About this exercise: Retype, without any change, the first line of the records and every line after it through the one containing "line L6 (638, 500) -> (615.5, 500)".
########################################
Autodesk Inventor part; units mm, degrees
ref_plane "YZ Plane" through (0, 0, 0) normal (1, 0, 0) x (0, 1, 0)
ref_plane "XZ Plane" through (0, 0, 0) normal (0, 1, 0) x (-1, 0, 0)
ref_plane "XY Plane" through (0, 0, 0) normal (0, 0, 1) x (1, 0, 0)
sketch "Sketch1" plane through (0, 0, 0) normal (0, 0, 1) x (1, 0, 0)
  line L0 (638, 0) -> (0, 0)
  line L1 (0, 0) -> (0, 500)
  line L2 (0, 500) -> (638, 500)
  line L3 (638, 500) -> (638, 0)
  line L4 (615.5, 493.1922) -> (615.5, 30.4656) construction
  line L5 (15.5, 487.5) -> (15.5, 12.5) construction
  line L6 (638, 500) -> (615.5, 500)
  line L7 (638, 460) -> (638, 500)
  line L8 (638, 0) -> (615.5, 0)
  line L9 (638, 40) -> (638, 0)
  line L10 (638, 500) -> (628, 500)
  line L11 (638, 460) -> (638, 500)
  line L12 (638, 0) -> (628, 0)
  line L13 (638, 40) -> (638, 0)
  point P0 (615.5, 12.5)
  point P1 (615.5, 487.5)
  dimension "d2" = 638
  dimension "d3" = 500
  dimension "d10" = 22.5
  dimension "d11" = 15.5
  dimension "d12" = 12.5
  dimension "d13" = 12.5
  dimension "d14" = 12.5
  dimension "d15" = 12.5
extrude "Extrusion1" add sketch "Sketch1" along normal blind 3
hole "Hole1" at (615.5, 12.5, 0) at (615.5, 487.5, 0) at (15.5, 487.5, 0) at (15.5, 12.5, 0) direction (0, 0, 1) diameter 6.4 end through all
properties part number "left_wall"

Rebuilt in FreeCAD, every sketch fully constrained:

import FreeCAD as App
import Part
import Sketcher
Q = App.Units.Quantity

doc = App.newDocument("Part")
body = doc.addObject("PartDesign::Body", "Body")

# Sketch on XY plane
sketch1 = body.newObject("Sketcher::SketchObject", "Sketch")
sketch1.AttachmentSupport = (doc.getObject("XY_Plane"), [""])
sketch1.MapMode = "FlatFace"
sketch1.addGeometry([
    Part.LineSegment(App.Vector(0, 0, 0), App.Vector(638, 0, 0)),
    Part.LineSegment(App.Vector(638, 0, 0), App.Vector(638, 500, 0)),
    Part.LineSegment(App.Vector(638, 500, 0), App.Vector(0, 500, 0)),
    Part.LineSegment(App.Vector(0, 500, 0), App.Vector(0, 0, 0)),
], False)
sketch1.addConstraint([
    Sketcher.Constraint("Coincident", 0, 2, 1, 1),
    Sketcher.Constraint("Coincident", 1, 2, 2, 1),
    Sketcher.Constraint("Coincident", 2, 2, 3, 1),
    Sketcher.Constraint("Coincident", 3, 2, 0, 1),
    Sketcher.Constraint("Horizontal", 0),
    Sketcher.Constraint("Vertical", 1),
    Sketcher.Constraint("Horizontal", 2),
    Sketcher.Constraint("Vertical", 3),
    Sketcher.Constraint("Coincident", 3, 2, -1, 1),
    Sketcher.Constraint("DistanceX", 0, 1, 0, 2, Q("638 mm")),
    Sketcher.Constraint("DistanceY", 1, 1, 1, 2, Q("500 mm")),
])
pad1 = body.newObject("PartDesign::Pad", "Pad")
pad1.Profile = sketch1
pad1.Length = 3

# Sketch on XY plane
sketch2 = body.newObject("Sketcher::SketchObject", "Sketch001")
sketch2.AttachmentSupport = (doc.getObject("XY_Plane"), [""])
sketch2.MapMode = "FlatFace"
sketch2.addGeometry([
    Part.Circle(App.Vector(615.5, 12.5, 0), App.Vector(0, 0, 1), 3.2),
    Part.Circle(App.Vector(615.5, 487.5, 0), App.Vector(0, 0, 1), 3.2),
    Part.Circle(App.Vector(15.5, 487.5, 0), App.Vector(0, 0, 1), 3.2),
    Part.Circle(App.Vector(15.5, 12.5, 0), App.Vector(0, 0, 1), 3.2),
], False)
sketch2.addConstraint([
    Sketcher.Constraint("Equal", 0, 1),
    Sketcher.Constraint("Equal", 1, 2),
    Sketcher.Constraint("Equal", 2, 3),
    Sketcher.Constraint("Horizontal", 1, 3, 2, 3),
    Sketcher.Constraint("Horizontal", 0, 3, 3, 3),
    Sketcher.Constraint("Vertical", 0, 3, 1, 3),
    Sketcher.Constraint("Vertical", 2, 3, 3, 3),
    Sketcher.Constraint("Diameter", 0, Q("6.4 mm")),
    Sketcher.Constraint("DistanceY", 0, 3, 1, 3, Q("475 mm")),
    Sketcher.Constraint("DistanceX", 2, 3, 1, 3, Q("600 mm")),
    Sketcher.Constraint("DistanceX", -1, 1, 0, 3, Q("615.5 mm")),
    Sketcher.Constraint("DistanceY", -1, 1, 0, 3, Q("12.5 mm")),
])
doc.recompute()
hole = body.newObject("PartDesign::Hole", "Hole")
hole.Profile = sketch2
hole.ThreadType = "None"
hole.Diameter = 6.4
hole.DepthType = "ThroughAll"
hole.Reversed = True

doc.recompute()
########################################
Result of the exercise:
Autodesk Inventor part; units mm, degrees
ref_plane "YZ Plane" through (0, 0, 0) normal (1, 0, 0) x (0, 1, 0)
ref_plane "XZ Plane" through (0, 0, 0) normal (0, 1, 0) x (-1, 0, 0)
ref_plane "XY Plane" through (0, 0, 0) normal (0, 0, 1) x (1, 0, 0)
sketch "Sketch1" plane through (0, 0, 0) normal (0, 0, 1) x (1, 0, 0)
  line L0 (638, 0) -> (0, 0)
  line L1 (0, 0) -> (0, 500)
  line L2 (0, 500) -> (638, 500)
  line L3 (638, 500) -> (638, 0)
  line L4 (615.5, 493.1922) -> (615.5, 30.4656) construction
  line L5 (15.5, 487.5) -> (15.5, 12.5) construction
  line L6 (638, 500) -> (615.5, 500)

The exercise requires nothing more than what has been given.